I find it fascinating that movie is from ’81 but feels like it ought to be from the 50s or 60s
I was going to say “wait really? that was new when they showed it in middle school? I definitely thought it was an old-school Harryhausen movie like Jason and the Argonauts” and it is a Harryhausen movie, just one that was new when I was in middle school. And his wikipedia article says that, though it was successful, the studios passed on the follow-up because it seemed too old-fashioned compared to Industrial Light & Magic, leading Harryhausen to retire from filmmaking. Faugh.

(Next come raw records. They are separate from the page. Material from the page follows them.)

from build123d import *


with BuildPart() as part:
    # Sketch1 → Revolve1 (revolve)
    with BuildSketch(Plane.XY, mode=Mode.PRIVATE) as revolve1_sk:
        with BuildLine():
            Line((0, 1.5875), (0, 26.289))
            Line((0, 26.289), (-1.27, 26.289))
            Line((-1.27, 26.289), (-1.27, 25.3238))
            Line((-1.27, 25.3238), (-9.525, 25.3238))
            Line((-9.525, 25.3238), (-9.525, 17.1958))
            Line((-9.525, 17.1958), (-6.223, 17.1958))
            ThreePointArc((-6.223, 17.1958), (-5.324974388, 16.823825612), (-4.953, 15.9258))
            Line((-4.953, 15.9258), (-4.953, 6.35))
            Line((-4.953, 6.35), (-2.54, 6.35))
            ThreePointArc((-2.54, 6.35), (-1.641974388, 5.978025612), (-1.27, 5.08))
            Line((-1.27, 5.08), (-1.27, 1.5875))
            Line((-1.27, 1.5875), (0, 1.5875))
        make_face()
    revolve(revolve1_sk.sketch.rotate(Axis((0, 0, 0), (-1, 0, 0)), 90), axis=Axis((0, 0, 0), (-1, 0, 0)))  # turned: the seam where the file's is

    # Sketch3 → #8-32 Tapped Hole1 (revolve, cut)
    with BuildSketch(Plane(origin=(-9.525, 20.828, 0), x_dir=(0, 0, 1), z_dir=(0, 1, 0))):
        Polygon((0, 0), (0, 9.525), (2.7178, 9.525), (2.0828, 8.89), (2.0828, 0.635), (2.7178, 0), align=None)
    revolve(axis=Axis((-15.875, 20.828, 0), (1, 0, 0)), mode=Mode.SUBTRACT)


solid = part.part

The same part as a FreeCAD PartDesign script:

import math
import FreeCAD as App
import Part
import Sketcher
Q = App.Units.Quantity


def add_polygon(sketch, points):
    """Adds a closed chain of lines whose ends are joined by coincident constraints."""
    first, n = sketch.GeometryCount, len(points)
    for a, b in zip(points, points[1:] + points[:1]):
        sketch.addGeometry(Part.LineSegment(App.Vector(*a, 0), App.Vector(*b, 0)), False)
    for i in range(n):
        sketch.addConstraint(Sketcher.Constraint("Coincident", first + i, 2, first + (i + 1) % n, 1))

doc = App.newDocument("Part")
body = doc.addObject("PartDesign::Body", "Body")

# Sketch on XY plane
sketch1 = body.newObject("Sketcher::SketchObject", "Sketch")
sketch1.AttachmentSupport = (doc.getObject("XY_Plane"), [""])
sketch1.MapMode = "FlatFace"
sketch1.addGeometry(Part.LineSegment(App.Vector(0, 1.6, 0), App.Vector(0, 26.3, 0)), False)
sketch1.addGeometry(Part.LineSegment(App.Vector(0, 26.3, 0), App.Vector(-1.3, 26.3, 0)), False)
sketch1.addGeometry(Part.LineSegment(App.Vector(-1.3, 26.3, 0), App.Vector(-1.3, 25.3, 0)), False)
sketch1.addGeometry(Part.LineSegment(App.Vector(-1.3, 25.3, 0), App.Vector(-9.5, 25.3, 0)), False)
sketch1.addGeometry(Part.LineSegment(App.Vector(-9.5, 25.3, 0), App.Vector(-9.5, 17.2, 0)), False)
sketch1.addGeometry(Part.LineSegment(App.Vector(-9.5, 17.2, 0), App.Vector(-6.2, 17.2, 0)), False)
sketch1.addGeometry(Part.ArcOfCircle(Part.Circle(App.Vector(-6.2, 15.9, 0), App.Vector(0, 0, 1), 1.3), math.radians(0), math.radians(90)), False)
sketch1.addGeometry(Part.LineSegment(App.Vector(-5, 15.9, 0), App.Vector(-5, 6.3, 0)), False)
sketch1.addGeometry(Part.LineSegment(App.Vector(-5, 6.3, 0), App.Vector(-2.5, 6.3, 0)), False)
sketch1.addGeometry(Part.ArcOfCircle(Part.Circle(App.Vector(-2.5, 5.1, 0), App.Vector(0, 0, 1), 1.3), math.radians(0), math.radians(90)), False)
sketch1.addGeometry(Part.LineSegment(App.Vector(-1.3, 5.1, 0), App.Vector(-1.3, 1.6, 0)), False)
sketch1.addGeometry(Part.LineSegment(App.Vector(-1.3, 1.6, 0), App.Vector(0, 1.6, 0)), False)
sketch1.addConstraint(Sketcher.Constraint("Coincident", 0, 2, 1, 1))
sketch1.addConstraint(Sketcher.Constraint("Coincident", 1, 2, 2, 1))
sketch1.addConstraint(Sketcher.Constraint("Coincident", 2, 2, 3, 1))
sketch1.addConstraint(Sketcher.Constraint("Coincident", 3, 2, 4, 1))
sketch1.addConstraint(Sketcher.Constraint("Coincident", 4, 2, 5, 1))
sketch1.addConstraint(Sketcher.Constraint("Tangent", 5, 2, 6, 2))
sketch1.addConstraint(Sketcher.Constraint("Tangent", 6, 1, 7, 1))
sketch1.addConstraint(Sketcher.Constraint("Coincident", 7, 2, 8, 1))
sketch1.addConstraint(Sketcher.Constraint("Tangent", 8, 2, 9, 2))
sketch1.addConstraint(Sketcher.Constraint("Tangent", 9, 1, 10, 1))
sketch1.addConstraint(Sketcher.Constraint("Coincident", 10, 2, 11, 1))
sketch1.addConstraint(Sketcher.Constraint("Coincident", 11, 2, 0, 1))
sketch1.addConstraint(Sketcher.Constraint("Vertical", 0))
sketch1.addConstraint(Sketcher.Constraint("Horizontal", 1))
sketch1.addConstraint(Sketcher.Constraint("Vertical", 2))
sketch1.addConstraint(Sketcher.Constraint("Horizontal", 3))
sketch1.addConstraint(Sketcher.Constraint("Vertical", 4))
sketch1.addConstraint(Sketcher.Constraint("Horizontal", 5))
sketch1.addConstraint(Sketcher.Constraint("Vertical", 7))
sketch1.addConstraint(Sketcher.Constraint("Horizontal", 8))
sketch1.addConstraint(Sketcher.Constraint("Vertical", 10))
sketch1.addConstraint(Sketcher.Constraint("Horizontal", 11))
sketch1.addConstraint(Sketcher.Constraint("Equal", 6, 9))
sketch1.addConstraint(Sketcher.Constraint("PointOnObject", 0, 2, -2))
sketch1.addConstraint(Sketcher.Constraint("Vertical", 2, 2, 9, 1))
sketch1.addConstraint(Sketcher.Constraint("Radius", 6, Q("0.05 in")))
sketch1.addConstraint(Sketcher.Constraint("DistanceX", 1, 2, 1, 1, Q("0.05 in")))
sketch1.addConstraint(Sketcher.Constraint("DistanceX", 5, 1, 5, 2, Q("0.13 in")))
sketch1.addConstraint(Sketcher.Constraint("DistanceY", 4, 2, 4, 1, Q("0.32 in")))
sketch1.addConstraint(Sketcher.Constraint("DistanceY", -1, 1, 9, 3, Q("0.2 in")))
sketch1.addConstraint(Sketcher.Constraint("DistanceX", 3, 2, 3, 1, Q("0.325 in")))
sketch1.addConstraint(Sketcher.Constraint("DistanceY", 2, 2, 2, 1, Q("0.038 in")))
sketch1.addConstraint(Sketcher.Constraint("DistanceY", 7, 2, 7, 1, Q("0.377 in")))
sketch1.addConstraint(Sketcher.Constraint("DistanceY", 0, 1, 0, 2, Q("0.9725 in")))
revolution = body.newObject("PartDesign::Revolution", "Revolution")
revolution.Profile = sketch1
revolution.ReferenceAxis = (sketch1, ["H_Axis"])
revolution.Angle = 360

# Sketch on XZ plane
sketch2 = body.newObject("Sketcher::SketchObject", "Sketch001")
sketch2.AttachmentSupport = (doc.getObject("XZ_Plane"), [""])
sketch2.MapMode = "FlatFace"
sketch2.AttachmentOffset = App.Placement(App.Vector(0, 0, -0.82 * 25.4), App.Rotation())
add_polygon(sketch2, [(0, 0), (-9.5, 0), (-9.5, 2.7), (-8.9, 2.1), (-0.6, 2.1), (0, 2.7)])  # lines 0-5
sketch2.addConstraint(Sketcher.Constraint("Horizontal", 0))
sketch2.addConstraint(Sketcher.Constraint("Vertical", 1))
sketch2.addConstraint(Sketcher.Constraint("Horizontal", 3))
sketch2.addConstraint(Sketcher.Constraint("Vertical", 5))
sketch2.addConstraint(Sketcher.Constraint("Coincident", 5, 2, -1, 1))
sketch2.addConstraint(Sketcher.Constraint("Perpendicular", 2, 4))
sketch2.addConstraint(Sketcher.Constraint("Horizontal", 1, 2, 4, 2))
sketch2.addConstraint(Sketcher.Constraint("Equal", 2, 4))
sketch2.addConstraint(Sketcher.Constraint("DistanceX", 0, 2, 0, 1, Q("0.375 in")))
sketch2.addConstraint(Sketcher.Constraint("DistanceX", 3, 1, 3, 2, Q("0.325 in")))
sketch2.addConstraint(Sketcher.Constraint("DistanceY", 1, 1, 1, 2, Q("0.107 in")))
groove = body.newObject("PartDesign::Groove", "Groove")
groove.Profile = sketch2
groove.ReferenceAxis = (sketch2, ["H_Axis"])
groove.Angle = 360

doc.recompute()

I even owned the action figures!
https://www.plaidstallions.com/mattel/clash.html
It was a close battle between Clash and Time Bandits around that time for kid-oriented fantasy film supremacy, at least in my circle. That was kind of the tipping point, along with the rise of D&D and all those cheesy sword & sorcery flicks that started coming out, for when fantasy started to replace the Star Wars-fueled space opera/sci fi wave in the kid zeitgeist for the next few years. As seen above, it really started manifesting in the toy market as well. So, despite its old-fashioned nature, Clash was actually cutting edge in kid pop culture, at least briefly.